Learn to recognise stroke symptoms

Learn to recognise stroke symptoms

People should be able to recognise the mnemonic FAST symptoms when  it comes to stroke: F – Face (crooked face); A – Arm (weak arm); S – Speech (slurred speech); T – Time (patient should be treated within 3 hours of attack). A person who has suffered a stroke can continue to lead a normal life with proper care and lifestyle modifications.
 
What is a stroke?
A stroke is the sudden death of a portion of the brain cells due to lack of oxygen. A stroke occurs when blood flow to the brain is impaired, resulting in abnormal brain function. Brain blood flow can be impaired by blockage or rupture of an artery to the brain.

What causes a stroke?
Blockage of an artery of the brain by a clot (thrombosis), leading to deprivation of blood and oxygen, can cause a stroke. Typically, a clot will form in a blood vessel that has been previously narrowed due to atherosclerosis (hardening of the artery).
When a blood clot or a piece of atherosclerotic plaque (cholesterol and calcium deposits on the wall of the artery) lodges in an artery of the brain, it blocks the flow of oxygen-rich blood.

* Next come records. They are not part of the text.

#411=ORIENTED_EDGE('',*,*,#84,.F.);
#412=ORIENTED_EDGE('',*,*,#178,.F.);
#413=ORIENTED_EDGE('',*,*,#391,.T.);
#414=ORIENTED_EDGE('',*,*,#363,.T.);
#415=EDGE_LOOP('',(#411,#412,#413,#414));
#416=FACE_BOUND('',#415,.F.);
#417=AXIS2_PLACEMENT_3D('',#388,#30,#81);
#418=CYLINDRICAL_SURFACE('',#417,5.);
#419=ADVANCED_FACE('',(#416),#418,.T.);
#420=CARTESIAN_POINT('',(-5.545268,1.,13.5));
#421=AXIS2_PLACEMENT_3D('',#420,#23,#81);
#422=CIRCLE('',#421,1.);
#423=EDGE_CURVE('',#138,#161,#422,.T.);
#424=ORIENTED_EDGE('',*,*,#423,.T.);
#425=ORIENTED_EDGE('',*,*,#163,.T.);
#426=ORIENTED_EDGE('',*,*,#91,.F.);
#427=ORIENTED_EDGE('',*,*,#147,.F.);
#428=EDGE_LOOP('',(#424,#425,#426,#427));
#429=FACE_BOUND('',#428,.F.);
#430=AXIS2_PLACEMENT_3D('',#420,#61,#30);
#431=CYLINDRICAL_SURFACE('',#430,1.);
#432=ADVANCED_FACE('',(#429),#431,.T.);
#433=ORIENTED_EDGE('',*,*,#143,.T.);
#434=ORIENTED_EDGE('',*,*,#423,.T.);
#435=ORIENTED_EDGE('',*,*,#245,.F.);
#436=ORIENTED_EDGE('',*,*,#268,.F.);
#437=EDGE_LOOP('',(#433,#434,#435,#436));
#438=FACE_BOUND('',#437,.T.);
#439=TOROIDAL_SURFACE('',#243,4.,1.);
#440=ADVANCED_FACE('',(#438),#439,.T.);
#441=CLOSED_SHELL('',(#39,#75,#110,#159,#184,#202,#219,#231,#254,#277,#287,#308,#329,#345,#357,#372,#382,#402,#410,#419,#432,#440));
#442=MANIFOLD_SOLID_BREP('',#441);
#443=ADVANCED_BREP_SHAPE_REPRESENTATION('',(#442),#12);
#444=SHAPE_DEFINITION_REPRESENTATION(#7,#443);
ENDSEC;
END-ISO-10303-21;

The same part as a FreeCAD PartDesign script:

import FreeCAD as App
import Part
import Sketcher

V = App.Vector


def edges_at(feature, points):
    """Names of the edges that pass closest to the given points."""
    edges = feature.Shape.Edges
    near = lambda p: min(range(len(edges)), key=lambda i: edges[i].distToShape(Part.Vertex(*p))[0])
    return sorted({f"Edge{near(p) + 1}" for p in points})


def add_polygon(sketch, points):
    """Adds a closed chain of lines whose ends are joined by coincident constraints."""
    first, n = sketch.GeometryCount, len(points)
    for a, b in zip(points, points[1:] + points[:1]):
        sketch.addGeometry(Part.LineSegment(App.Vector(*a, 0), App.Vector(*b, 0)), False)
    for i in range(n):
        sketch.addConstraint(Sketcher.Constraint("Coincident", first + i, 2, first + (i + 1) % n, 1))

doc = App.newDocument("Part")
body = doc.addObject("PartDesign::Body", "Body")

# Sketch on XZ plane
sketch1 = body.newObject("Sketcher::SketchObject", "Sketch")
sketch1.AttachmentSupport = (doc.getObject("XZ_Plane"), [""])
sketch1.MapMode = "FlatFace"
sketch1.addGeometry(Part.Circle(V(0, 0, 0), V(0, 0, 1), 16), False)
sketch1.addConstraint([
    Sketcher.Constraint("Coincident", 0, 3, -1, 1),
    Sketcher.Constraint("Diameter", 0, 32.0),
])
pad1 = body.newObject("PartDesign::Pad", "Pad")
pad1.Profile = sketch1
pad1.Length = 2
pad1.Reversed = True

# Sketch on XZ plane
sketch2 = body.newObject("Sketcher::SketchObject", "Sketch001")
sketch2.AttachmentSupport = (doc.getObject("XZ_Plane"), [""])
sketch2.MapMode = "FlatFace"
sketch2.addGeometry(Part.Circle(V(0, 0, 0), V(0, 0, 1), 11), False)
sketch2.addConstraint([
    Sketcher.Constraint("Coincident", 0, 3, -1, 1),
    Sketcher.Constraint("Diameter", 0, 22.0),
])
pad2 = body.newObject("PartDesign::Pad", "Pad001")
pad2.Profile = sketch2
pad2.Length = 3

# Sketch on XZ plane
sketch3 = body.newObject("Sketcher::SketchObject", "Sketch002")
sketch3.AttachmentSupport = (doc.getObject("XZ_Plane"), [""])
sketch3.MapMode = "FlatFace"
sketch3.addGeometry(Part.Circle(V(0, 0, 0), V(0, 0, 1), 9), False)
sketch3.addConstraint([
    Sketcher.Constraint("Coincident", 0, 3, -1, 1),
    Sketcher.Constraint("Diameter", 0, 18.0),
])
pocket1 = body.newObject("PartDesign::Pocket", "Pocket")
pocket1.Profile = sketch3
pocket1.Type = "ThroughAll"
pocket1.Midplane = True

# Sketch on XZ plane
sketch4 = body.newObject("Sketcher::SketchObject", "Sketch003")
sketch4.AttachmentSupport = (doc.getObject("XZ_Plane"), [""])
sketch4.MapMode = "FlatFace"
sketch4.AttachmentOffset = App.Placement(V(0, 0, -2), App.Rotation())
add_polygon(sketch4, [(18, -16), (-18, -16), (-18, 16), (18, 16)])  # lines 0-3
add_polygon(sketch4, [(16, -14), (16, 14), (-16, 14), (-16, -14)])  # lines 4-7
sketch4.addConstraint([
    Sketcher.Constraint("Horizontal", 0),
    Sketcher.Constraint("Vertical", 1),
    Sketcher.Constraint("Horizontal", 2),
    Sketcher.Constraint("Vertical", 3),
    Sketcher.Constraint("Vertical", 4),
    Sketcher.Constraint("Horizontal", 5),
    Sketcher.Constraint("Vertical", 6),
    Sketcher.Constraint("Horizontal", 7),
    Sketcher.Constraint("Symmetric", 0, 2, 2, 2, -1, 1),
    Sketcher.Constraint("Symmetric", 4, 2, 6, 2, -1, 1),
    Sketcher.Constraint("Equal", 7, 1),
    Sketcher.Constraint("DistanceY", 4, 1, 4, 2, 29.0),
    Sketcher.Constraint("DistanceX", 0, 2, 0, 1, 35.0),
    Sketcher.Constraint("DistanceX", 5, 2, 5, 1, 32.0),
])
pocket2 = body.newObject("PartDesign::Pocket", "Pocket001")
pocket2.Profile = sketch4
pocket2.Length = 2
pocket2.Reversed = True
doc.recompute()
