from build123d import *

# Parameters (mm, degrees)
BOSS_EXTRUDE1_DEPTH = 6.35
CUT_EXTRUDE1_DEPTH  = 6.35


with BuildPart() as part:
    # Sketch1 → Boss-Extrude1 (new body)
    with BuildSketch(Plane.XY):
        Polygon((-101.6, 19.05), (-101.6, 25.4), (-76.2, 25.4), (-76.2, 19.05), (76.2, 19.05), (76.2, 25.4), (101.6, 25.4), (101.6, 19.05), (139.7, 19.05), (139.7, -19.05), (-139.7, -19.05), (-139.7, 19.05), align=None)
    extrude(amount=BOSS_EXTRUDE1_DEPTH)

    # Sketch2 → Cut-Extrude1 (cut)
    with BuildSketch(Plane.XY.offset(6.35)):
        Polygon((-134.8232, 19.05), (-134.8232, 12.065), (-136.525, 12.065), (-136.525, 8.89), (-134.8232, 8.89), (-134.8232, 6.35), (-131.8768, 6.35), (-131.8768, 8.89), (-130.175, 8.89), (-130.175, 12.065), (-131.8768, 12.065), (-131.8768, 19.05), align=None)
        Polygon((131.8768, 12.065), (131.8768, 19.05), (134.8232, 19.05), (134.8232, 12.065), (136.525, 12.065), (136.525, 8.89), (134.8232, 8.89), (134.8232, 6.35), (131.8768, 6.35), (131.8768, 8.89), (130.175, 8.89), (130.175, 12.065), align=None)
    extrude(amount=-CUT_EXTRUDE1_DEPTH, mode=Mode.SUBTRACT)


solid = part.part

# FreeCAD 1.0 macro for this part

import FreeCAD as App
import Part
import Sketcher
from FreeCAD import Vector
Q = App.Units.Quantity

doc = App.newDocument("Part")
body = doc.addObject("PartDesign::Body", "Body")

# Sketch on XY plane
sketch1 = body.newObject("Sketcher::SketchObject", "Sketch")
sketch1.AttachmentSupport = (doc.getObject("XY_Plane"), [""])
sketch1.MapMode = "FlatFace"
sketch1.addGeometry([
    Part.LineSegment(Vector(-101.6, 25.4, 0), Vector(-101.6, 19.05, 0)),  # 0
    Part.LineSegment(Vector(-101.6, 19.05, 0), Vector(-139.7, 19.05, 0)),  # 1
    Part.LineSegment(Vector(-139.7, 19.05, 0), Vector(-139.7, -19.05, 0)),  # 2
    Part.LineSegment(Vector(-139.7, -19.05, 0), Vector(139.7, -19.05, 0)),  # 3
    Part.LineSegment(Vector(139.7, -19.05, 0), Vector(139.7, 19.05, 0)),  # 4
    Part.LineSegment(Vector(139.7, 19.05, 0), Vector(101.6, 19.05, 0)),  # 5
    Part.LineSegment(Vector(101.6, 19.05, 0), Vector(101.6, 25.4, 0)),  # 6
    Part.LineSegment(Vector(101.6, 25.4, 0), Vector(76.2, 25.4, 0)),  # 7
    Part.LineSegment(Vector(76.2, 25.4, 0), Vector(76.2, 19.05, 0)),  # 8
    Part.LineSegment(Vector(76.2, 19.05, 0), Vector(-76.2, 19.05, 0)),  # 9
    Part.LineSegment(Vector(-76.2, 19.05, 0), Vector(-76.2, 25.4, 0)),  # 10
    Part.LineSegment(Vector(-76.2, 25.4, 0), Vector(-101.6, 25.4, 0)),  # 11
], False)
sketch1.addConstraint([
    Sketcher.Constraint("Coincident", 0, 2, 1, 1),
    Sketcher.Constraint("Coincident", 1, 2, 2, 1),
    Sketcher.Constraint("Coincident", 2, 2, 3, 1),
    Sketcher.Constraint("Coincident", 3, 2, 4, 1),
    Sketcher.Constraint("Coincident", 4, 2, 5, 1),
    Sketcher.Constraint("Coincident", 5, 2, 6, 1),
    Sketcher.Constraint("Coincident", 6, 2, 7, 1),
    Sketcher.Constraint("Coincident", 7, 2, 8, 1),
    Sketcher.Constraint("Coincident", 8, 2, 9, 1),
    Sketcher.Constraint("Coincident", 9, 2, 10, 1),
    Sketcher.Constraint("Coincident", 10, 2, 11, 1),
    Sketcher.Constraint("Coincident", 11, 2, 0, 1),
    Sketcher.Constraint("Vertical", 0),
    Sketcher.Constraint("Horizontal", 1),
    Sketcher.Constraint("Vertical", 2),
    Sketcher.Constraint("Horizontal", 3),
    Sketcher.Constraint("Vertical", 4),
    Sketcher.Constraint("Horizontal", 5),
    Sketcher.Constraint("Vertical", 6),
    Sketcher.Constraint("Horizontal", 7),
    Sketcher.Constraint("Vertical", 8),
    Sketcher.Constraint("Horizontal", 9),
    Sketcher.Constraint("Vertical", 10),
    Sketcher.Constraint("Horizontal", 11),
    Sketcher.Constraint("Symmetric", 1, 2, 3, 2, -1, 1),
    Sketcher.Constraint("Symmetric", 0, 2, 5, 2, -2),
    Sketcher.Constraint("Symmetric", 7, 2, 10, 2, -2),
    Sketcher.Constraint("Horizontal", 5, 2, 8, 2),
    Sketcher.Constraint("Equal", 5, 2),
    Sketcher.Constraint("DistanceX", 3, 1, 3, 2, Q("11 in")),
    Sketcher.Constraint("DistanceX", 7, 2, 7, 1, Q("1 in")),
    Sketcher.Constraint("DistanceX", 9, 2, 9, 1, Q("6 in")),
    Sketcher.Constraint("DistanceY", -1, 1, 6, 2, Q("1 in")),
])
pad1 = body.newObject("PartDesign::Pad", "Pad")
pad1.Profile = sketch1
pad1.Length = Q("0.25 in")

# Sketch on XY plane
sketch2 = body.newObject("Sketcher::SketchObject", "Sketch001")
sketch2.AttachmentSupport = (doc.getObject("XY_Plane"), [""])
sketch2.MapMode = "FlatFace"
sketch2.AttachmentOffset = App.Placement(Vector(0, 0, 0.25 * 25.4), App.Rotation())
sketch2.addGeometry([
    Part.LineSegment(Vector(-134.8232, 19.05, 0), Vector(-134.8232, 12.065, 0)),  # 0
    Part.LineSegment(Vector(-134.8232, 12.065, 0), Vector(-136.525, 12.065, 0)),  # 1
    Part.LineSegment(Vector(-136.525, 12.065, 0), Vector(-136.525, 8.89, 0)),  # 2
    Part.LineSegment(Vector(-136.525, 8.89, 0), Vector(-134.8232, 8.89, 0)),  # 3
    Part.LineSegment(Vector(-134.8232, 8.89, 0), Vector(-134.8232, 6.35, 0)),  # 4
    Part.LineSegment(Vector(-134.8232, 6.35, 0), Vector(-131.8768, 6.35, 0)),  # 5
    Part.LineSegment(Vector(-131.8768, 6.35, 0), Vector(-131.8768, 8.89, 0)),  # 6
    Part.LineSegment(Vector(-131.8768, 8.89, 0), Vector(-130.175, 8.89, 0)),  # 7
    Part.LineSegment(Vector(-130.175, 8.89, 0), Vector(-130.175, 12.065, 0)),  # 8
    Part.LineSegment(Vector(-130.175, 12.065, 0), Vector(-131.8768, 12.065, 0)),  # 9
    Part.LineSegment(Vector(-131.8768, 12.065, 0), Vector(-131.8768, 19.05, 0)),  # 10
    Part.LineSegment(Vector(-131.8768, 19.05, 0), Vector(-134.8232, 19.05, 0)),  # 11
    Part.LineSegment(Vector(131.8768, 19.05, 0), Vector(131.8768, 12.065, 0)),  # 12
    Part.LineSegment(Vector(131.8768, 12.065, 0), Vector(130.175, 12.065, 0)),  # 13
    Part.LineSegment(Vector(130.175, 12.065, 0), Vector(130.175, 8.89, 0)),  # 14
    Part.LineSegment(Vector(130.175, 8.89, 0), Vector(131.8768, 8.89, 0)),  # 15
    Part.LineSegment(Vector(131.8768, 8.89, 0), Vector(131.8768, 6.35, 0)),  # 16
    Part.LineSegment(Vector(131.8768, 6.35, 0), Vector(134.8232, 6.35, 0)),  # 17
    Part.LineSegment(Vector(134.8232, 6.35, 0), Vector(134.8232, 8.89, 0)),  # 18
    Part.LineSegment(Vector(134.8232, 8.89, 0), Vector(136.525, 8.89, 0)),  # 19
    Part.LineSegment(Vector(136.525, 8.89, 0), Vector(136.525, 12.065, 0)),  # 20
    Part.LineSegment(Vector(136.525, 12.065, 0), Vector(134.8232, 12.065, 0)),  # 21
    Part.LineSegment(Vector(134.8232, 12.065, 0), Vector(134.8232, 19.05, 0)),  # 22
    Part.LineSegment(Vector(134.8232, 19.05, 0), Vector(131.8768, 19.05, 0)),  # 23
], False)
sketch2.addConstraint([
    Sketcher.Constraint("Coincident", 0, 2, 1, 1),
    Sketcher.Constraint("Coincident", 1, 2, 2, 1),
    Sketcher.Constraint("Coincident", 2, 2, 3, 1),
    Sketcher.Constraint("Coincident", 3, 2, 4, 1),
    Sketcher.Constraint("Coincident", 4, 2, 5, 1),
    Sketcher.Constraint("Coincident", 5, 2, 6, 1),
    Sketcher.Constraint("Coincident", 6, 2, 7, 1),
    Sketcher.Constraint("Coincident", 7, 2, 8, 1),
    Sketcher.Constraint("Coincident", 8, 2, 9, 1),
    Sketcher.Constraint("Coincident", 9, 2, 10, 1),
    Sketcher.Constraint("Coincident", 10, 2, 11, 1),
    Sketcher.Constraint("Coincident", 11, 2, 0, 1),
    Sketcher.Constraint("Coincident", 12, 2, 13, 1),
    Sketcher.Constraint("Coincident", 13, 2, 14, 1),
    Sketcher.Constraint("Coincident", 14, 2, 15, 1),
    Sketcher.Constraint("Coincident", 15, 2, 16, 1),
    Sketcher.Constraint("Coincident", 16, 2, 17, 1),
    Sketcher.Constraint("Coincident", 17, 2, 18, 1),
    Sketcher.Constraint("Coincident", 18, 2, 19, 1),
    Sketcher.Constraint("Coincident", 19, 2, 20, 1),
    Sketcher.Constraint("Coincident", 20, 2, 21, 1),
    Sketcher.Constraint("Coincident", 21, 2, 22, 1),
    Sketcher.Constraint("Coincident", 22, 2, 23, 1),
    Sketcher.Constraint("Coincident", 23, 2, 12, 1),
    Sketcher.Constraint("Vertical", 0),
    Sketcher.Constraint("Horizontal", 1),
    Sketcher.Constraint("Vertical", 2),
    Sketcher.Constraint("Horizontal", 3),
    Sketcher.Constraint("Vertical", 4),
    Sketcher.Constraint("Horizontal", 5),
    Sketcher.Constraint("Vertical", 6),
    Sketcher.Constraint("Horizontal", 7),
    Sketcher.Constraint("Vertical", 8),
    Sketcher.Constraint("Horizontal", 9),
    Sketcher.Constraint("Vertical", 10),
    Sketcher.Constraint("Horizontal", 11),
    Sketcher.Constraint("Vertical", 12),
    Sketcher.Constraint("Horizontal", 13),
    Sketcher.Constraint("Vertical", 14),
    Sketcher.Constraint("Horizontal", 15),
    Sketcher.Constraint("Vertical", 16),
    Sketcher.Constraint("Horizontal", 17),
    Sketcher.Constraint("Vertical", 18),
    Sketcher.Constraint("Horizontal", 19),
    Sketcher.Constraint("Vertical", 20),
    Sketcher.Constraint("Horizontal", 21),
    Sketcher.Constraint("Vertical", 22),
    Sketcher.Constraint("Horizontal", 23),
    Sketcher.Constraint("Symmetric", 9, 2, 12, 2, -2),
    Sketcher.Constraint("Symmetric", 7, 2, 14, 2, -2),
    Sketcher.Constraint("Symmetric", 5, 2, 16, 2, -2),
    Sketcher.Constraint("Symmetric", 3, 2, 18, 2, -2),
    Sketcher.Constraint("Symmetric", 1, 2, 20, 2, -2),
    Sketcher.Constraint("Symmetric", 11, 2, 22, 2, -2),
    Sketcher.Constraint("Horizontal", 3, 2, 6, 2),
    Sketcher.Constraint("Horizontal", 1, 2, 8, 2),
    Sketcher.Constraint("Vertical", 0, 2, 3, 2),
    Sketcher.Constraint("Vertical", 6, 2, 9, 2),
    Sketcher.Constraint("Equal", 3, 7),
    Sketcher.Constraint("DistanceY", 4, 2, 4, 1, Q("0.1 in")),
    Sketcher.Constraint("DistanceY", 6, 2, 10, 2, Q("0.4 in")),
    Sketcher.Constraint("DistanceX", 1, 2, 1, 1, Q("0.067 in")),
    Sketcher.Constraint("DistanceX", 5, 1, 5, 2, Q("0.116 in")),
    Sketcher.Constraint("DistanceY", 0, 2, 0, 1, Q("0.275 in")),
    Sketcher.Constraint("DistanceY", -1, 1, 2, 2, Q("0.35 in")),
    Sketcher.Constraint("DistanceX", 8, 2, 13, 2, Q("10.25 in")),
])
pocket1 = body.newObject("PartDesign::Pocket", "Pocket")
pocket1.Profile = sketch2
pocket1.Length = Q("0.25 in")

doc.recompute()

A cerebral haemorrhage occurs when a blood vessel in the brain bursts and bleeds into the surrounding brain tissue. This too can be a cause of a stroke. All the above causes of stroke lead to deprivation of oxygen to the brain tissue and its resultant death. Risk factors for stroke are arterial hypertension, smoking, diabetes mellitus, hyperlipedaemia, thrombocythaemia, high alcohol intake, positive family history, oral contraceptives, and trauma.
 
What are the symptoms of a stroke?
The most common symptom is weakness or paralysis of one side of the body or the other. There may be partial or complete loss of voluntary movement of and/or sensation in a leg and/or arm. A stroke can result in speech problems and weaken muscles of the face, which can cause drooling. Numbness or tingling is very common. A stroke can cause difficulty in breathing.

How is a stroke diagnosed?
A stroke is a medical emergency. Anyone suspected of having a stroke should be taken to a medical facility immediately for evaluation and treatment. Other causes that can mimic a stroke include brain tumours, subdural hematomas (collection of blood between the brain and the skull), or brain abscess (a collection of pus in the brain caused by bacteria or a fungus). Viral encephalitis can cause symptoms similar to those of a stroke as can an overdose of certain medications. A battery of tests is generally carried out in the assessment of a stroke.
 
Did you know?
* Stroke is the third most common cause of death, after cancer and ischemic heart disease.
* Its incidence is accelerating in developing countries due to unhealthy lifestyles.
* 2/3 of stroke victims are above 60 years.
* Hypertension accounts for 30-50 per cent of stroke risk.